A water balloon is launched at a speed of 42 m/s and an angle of 36 degrees above the horizontal. The water balloon hits a tall building located 27 m from the launch pad. At what height above the ground level will the water balloon hit the building? Calculate the answer in meters (m) and rounded to three significant figures.
u = 42 cos 36 horizontal speed
so
t = 27/(42 cos 36)
Vi = 42 sin 36 initial speed up
h = Vi t - 4.9 t^2
To find the height above the ground level where the water balloon hits the building, we can use the equations of projectile motion. The vertical motion of the water balloon can be analyzed separately from the horizontal motion.
First, let's find the time it takes for the water balloon to reach the building. We'll use the horizontal motion equation:
d = v * t
where:
d is the horizontal distance (27 m)
v is the initial horizontal velocity of the water balloon (42 m/s)
t is the time we want to find
Plugging in the known values:
27 = 42 * t
Solving for t:
t = 27 / 42
t ≈ 0.643 seconds (rounded to three decimal places)
Now, let's find the vertical distance the water balloon travels in that time. We'll use the vertical motion equation:
y = v * t - (1/2) * g * t^2
where:
y is the vertical distance
v is the initial vertical velocity of the water balloon (42 * sin(36°))
t is the time (0.643 seconds)
g is the acceleration due to gravity (9.8 m/s^2)
Plugging in the known values:
y = (42 * sin(36°)) * 0.643 - (1/2) * 9.8 * (0.643)^2
Calculating:
y ≈ 14.876 - 2.536
y ≈ 12.34 meters (rounded to three decimal places)
Therefore, the water balloon hits the building at a height of approximately 12.34 meters above the ground level.
To solve this problem, we can break it down into two components: horizontal and vertical motion. We'll start by finding the time it takes for the water balloon to reach the building, and then use that time to find the height at which it hits the building.
First, let's find the time of flight (t) for the water balloon. We can use the horizontal component of its initial velocity (42 m/s) and the distance it travels horizontally (27 m) to calculate this.

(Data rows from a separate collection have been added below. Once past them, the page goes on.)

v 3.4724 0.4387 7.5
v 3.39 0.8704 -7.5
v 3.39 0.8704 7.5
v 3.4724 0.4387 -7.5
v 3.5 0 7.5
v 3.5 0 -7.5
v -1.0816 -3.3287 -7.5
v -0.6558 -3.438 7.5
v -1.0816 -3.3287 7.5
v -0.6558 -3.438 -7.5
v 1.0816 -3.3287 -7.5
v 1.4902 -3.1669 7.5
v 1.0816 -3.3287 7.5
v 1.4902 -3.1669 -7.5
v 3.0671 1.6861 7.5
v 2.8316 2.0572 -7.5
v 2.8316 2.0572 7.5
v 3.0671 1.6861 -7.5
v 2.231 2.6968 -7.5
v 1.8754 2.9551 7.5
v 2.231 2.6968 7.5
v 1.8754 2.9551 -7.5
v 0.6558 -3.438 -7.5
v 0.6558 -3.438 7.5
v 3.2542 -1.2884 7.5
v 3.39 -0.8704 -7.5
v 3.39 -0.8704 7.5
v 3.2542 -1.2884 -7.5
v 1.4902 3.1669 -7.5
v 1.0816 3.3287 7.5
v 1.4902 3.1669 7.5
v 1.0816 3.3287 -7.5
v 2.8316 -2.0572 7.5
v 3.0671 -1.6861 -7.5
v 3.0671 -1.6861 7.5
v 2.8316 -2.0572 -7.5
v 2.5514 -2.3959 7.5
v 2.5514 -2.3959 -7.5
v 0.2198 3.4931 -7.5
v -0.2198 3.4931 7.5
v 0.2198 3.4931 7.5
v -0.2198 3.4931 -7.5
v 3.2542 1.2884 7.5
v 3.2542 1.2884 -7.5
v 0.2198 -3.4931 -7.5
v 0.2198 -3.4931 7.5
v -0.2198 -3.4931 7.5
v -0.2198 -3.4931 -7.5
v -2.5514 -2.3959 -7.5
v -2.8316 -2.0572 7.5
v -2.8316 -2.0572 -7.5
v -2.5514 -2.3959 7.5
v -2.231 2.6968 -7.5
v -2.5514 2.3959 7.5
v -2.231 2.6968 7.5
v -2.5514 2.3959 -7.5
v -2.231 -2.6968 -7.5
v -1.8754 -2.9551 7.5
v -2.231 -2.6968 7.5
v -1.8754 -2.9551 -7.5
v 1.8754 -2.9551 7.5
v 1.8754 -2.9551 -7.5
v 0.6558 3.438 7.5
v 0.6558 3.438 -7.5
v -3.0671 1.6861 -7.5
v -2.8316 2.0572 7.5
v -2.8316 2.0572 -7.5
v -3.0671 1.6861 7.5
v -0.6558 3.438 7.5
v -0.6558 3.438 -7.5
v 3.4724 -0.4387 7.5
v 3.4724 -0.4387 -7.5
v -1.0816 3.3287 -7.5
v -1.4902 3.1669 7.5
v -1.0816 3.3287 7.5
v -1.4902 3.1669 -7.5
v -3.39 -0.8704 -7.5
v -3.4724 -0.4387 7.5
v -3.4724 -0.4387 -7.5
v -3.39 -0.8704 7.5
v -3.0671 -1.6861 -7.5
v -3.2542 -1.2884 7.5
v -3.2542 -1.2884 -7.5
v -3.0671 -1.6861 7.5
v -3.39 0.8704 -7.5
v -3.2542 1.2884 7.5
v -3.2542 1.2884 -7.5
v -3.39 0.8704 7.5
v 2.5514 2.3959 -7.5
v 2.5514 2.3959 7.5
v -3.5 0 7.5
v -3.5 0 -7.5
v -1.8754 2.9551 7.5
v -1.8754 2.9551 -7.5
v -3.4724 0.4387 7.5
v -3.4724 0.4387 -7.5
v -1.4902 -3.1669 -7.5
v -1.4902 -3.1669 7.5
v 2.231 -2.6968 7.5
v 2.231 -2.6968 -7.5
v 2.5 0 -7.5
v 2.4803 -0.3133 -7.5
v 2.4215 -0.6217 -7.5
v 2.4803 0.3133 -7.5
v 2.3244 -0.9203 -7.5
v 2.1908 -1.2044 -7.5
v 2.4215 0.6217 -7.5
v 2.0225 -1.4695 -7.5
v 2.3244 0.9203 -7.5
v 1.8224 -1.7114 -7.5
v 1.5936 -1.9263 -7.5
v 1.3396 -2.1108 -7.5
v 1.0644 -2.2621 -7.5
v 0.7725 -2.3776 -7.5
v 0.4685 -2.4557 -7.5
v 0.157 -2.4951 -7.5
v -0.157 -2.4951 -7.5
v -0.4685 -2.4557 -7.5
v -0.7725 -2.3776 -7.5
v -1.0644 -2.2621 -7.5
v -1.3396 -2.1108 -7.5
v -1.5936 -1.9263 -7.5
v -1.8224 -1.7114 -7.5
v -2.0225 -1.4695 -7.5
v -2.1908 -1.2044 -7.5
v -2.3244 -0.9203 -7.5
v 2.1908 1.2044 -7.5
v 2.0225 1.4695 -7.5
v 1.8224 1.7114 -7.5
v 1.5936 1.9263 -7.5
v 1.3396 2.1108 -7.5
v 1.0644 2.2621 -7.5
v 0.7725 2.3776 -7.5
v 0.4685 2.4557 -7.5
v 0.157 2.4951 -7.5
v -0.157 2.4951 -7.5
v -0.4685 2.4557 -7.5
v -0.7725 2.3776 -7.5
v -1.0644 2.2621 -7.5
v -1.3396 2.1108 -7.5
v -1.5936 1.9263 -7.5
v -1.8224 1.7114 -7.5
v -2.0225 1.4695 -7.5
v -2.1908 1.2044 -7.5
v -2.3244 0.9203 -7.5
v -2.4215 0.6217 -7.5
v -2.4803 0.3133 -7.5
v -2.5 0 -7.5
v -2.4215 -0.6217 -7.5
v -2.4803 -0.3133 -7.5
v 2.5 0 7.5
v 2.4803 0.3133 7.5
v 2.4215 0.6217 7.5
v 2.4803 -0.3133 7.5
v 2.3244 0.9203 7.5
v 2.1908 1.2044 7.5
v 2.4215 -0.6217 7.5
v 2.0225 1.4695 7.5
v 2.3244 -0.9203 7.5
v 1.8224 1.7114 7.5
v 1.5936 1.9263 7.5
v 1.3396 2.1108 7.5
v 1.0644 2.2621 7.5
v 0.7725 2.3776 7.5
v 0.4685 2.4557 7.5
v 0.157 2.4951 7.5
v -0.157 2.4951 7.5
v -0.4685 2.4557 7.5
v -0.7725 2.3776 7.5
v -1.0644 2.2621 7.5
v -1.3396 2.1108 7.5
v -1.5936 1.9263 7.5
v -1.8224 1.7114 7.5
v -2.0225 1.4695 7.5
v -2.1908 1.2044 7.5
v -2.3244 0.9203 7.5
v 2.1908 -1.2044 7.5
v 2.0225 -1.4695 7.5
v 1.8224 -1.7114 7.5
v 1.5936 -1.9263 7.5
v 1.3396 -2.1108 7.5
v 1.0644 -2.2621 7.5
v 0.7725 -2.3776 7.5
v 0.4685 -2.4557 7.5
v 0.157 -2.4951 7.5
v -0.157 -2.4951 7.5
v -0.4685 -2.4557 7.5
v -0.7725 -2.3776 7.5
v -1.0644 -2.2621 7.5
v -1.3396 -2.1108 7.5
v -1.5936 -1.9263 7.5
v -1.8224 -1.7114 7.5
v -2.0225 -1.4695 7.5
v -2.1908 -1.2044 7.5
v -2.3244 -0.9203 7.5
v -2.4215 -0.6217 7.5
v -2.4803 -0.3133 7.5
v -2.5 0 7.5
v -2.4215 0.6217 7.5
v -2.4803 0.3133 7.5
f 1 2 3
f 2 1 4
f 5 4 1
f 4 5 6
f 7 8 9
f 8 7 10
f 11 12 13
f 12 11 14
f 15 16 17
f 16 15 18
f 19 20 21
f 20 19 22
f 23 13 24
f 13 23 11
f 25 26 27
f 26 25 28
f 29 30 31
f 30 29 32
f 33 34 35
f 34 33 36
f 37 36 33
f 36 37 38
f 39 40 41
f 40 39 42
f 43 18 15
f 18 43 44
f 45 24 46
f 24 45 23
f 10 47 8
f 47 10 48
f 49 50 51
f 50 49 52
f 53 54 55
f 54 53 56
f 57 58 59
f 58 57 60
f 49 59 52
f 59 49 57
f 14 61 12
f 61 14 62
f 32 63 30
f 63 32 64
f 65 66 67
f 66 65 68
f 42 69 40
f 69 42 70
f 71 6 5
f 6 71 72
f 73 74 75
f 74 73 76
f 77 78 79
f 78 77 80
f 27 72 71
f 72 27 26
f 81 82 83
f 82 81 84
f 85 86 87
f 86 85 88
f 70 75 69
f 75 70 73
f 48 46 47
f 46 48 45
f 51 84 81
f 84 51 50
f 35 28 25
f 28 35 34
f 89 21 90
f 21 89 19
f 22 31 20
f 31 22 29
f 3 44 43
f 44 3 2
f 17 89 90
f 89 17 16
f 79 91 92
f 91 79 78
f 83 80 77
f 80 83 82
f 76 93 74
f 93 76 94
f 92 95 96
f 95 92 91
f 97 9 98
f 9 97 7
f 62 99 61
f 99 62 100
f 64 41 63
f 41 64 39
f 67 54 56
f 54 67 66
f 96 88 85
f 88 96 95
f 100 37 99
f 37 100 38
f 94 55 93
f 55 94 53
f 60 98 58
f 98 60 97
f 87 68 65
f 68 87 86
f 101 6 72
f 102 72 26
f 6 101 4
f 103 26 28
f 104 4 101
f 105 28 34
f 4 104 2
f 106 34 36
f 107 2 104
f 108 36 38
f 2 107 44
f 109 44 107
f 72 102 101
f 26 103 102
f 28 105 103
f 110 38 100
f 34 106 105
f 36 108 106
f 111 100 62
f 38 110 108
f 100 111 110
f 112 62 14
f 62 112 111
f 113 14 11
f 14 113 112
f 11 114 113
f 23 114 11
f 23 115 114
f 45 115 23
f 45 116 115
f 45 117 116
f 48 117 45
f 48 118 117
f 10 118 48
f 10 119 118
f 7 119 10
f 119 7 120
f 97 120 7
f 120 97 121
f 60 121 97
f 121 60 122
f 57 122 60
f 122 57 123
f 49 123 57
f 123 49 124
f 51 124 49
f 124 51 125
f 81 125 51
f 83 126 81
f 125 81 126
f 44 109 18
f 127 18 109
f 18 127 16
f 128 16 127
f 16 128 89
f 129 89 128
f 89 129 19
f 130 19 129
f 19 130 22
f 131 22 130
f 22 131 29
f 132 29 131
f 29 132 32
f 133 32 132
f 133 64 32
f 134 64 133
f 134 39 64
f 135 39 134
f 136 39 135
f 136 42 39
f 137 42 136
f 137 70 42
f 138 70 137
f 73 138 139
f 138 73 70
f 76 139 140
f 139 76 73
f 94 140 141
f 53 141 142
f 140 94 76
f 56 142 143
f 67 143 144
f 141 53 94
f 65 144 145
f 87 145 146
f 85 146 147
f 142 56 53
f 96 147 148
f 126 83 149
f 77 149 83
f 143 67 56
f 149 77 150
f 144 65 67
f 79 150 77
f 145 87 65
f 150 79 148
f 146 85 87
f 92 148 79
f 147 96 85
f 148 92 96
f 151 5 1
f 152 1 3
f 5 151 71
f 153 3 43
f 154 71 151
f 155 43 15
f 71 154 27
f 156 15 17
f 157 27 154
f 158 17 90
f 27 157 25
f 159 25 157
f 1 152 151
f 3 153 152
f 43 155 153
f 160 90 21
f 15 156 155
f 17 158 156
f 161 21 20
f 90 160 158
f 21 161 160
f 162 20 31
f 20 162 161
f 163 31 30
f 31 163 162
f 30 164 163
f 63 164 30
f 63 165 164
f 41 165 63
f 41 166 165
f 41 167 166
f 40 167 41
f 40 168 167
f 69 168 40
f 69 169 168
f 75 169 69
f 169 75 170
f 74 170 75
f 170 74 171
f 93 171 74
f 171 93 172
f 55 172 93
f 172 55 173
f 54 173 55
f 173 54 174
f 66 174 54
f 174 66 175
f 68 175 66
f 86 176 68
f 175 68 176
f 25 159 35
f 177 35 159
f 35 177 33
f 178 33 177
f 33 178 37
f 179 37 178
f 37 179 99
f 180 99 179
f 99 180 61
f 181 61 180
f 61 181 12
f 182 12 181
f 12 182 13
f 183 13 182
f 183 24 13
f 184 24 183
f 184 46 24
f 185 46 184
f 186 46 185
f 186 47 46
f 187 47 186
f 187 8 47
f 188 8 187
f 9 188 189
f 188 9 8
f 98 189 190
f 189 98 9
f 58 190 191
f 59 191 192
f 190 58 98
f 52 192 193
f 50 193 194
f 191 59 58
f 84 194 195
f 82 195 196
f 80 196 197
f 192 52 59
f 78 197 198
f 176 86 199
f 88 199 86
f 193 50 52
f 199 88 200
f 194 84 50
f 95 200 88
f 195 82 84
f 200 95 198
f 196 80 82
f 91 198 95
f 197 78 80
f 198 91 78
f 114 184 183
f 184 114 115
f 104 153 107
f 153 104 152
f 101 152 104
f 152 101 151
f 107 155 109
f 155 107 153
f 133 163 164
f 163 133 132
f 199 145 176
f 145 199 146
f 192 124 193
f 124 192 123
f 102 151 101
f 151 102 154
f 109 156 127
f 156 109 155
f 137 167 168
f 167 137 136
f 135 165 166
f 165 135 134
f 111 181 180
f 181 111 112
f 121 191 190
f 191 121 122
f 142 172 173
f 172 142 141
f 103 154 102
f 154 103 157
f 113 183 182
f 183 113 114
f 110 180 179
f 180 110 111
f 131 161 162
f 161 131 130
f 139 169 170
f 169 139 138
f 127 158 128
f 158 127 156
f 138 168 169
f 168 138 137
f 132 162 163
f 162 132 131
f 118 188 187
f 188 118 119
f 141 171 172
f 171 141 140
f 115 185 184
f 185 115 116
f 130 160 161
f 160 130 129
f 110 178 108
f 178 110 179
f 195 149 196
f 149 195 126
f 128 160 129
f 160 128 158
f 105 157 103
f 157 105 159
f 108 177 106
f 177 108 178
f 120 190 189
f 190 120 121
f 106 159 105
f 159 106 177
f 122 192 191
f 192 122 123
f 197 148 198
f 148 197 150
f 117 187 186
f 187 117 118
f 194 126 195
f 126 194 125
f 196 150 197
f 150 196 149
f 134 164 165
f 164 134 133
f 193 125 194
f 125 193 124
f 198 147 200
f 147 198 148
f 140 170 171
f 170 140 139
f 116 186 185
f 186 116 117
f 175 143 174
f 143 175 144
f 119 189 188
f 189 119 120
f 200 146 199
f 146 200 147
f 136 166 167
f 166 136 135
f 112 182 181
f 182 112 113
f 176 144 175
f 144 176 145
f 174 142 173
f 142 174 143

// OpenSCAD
$fn = 50;


difference() {
	union() {
		translate(v = [0, 0, -7.5000000000]) {
			cylinder(h = 15, r = 3.5000000000);
		}
	}
	union() {
		translate(v = [0, 0, -100.0000000000]) {
			cylinder(h = 200, r = 2.5000000000);
		}
	}
}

The horizontal motion is not affected by gravity, so we can use the following equation:
distance = speed * time
Rearranging the equation to solve for time:
time = distance / speed
Plugging in the values:
time = 27 m / 42 m/s ≈ 0.643 s
Now that we have the time of flight, we can find the height at which the water balloon hits the building. We need to consider the vertical motion of the water balloon.
The vertical motion is affected by gravity, so we can use the following equations of motion:
vertical displacement = initial vertical velocity * time + (1/2) * acceleration due to gravity * time^2
The initial vertical velocity is the vertical component of the initial velocity, which can be calculated using trigonometry:
initial vertical velocity = initial velocity * sin(angle)
Plugging in the values:
initial vertical velocity = 42 m/s * sin(36°) ≈ 24.087 m/s
Now we can substitute the values into the equation:
vertical displacement = (24.087 m/s) * (0.643 s) + (1/2) * (-9.8 m/s^2) * (0.643 s)^2
Simplifying:
vertical displacement ≈ 15.512 m
Therefore, the water balloon hits the building at a height of approximately 15.512 meters above the ground level. Rounded to three significant figures, the height is 15.5 meters.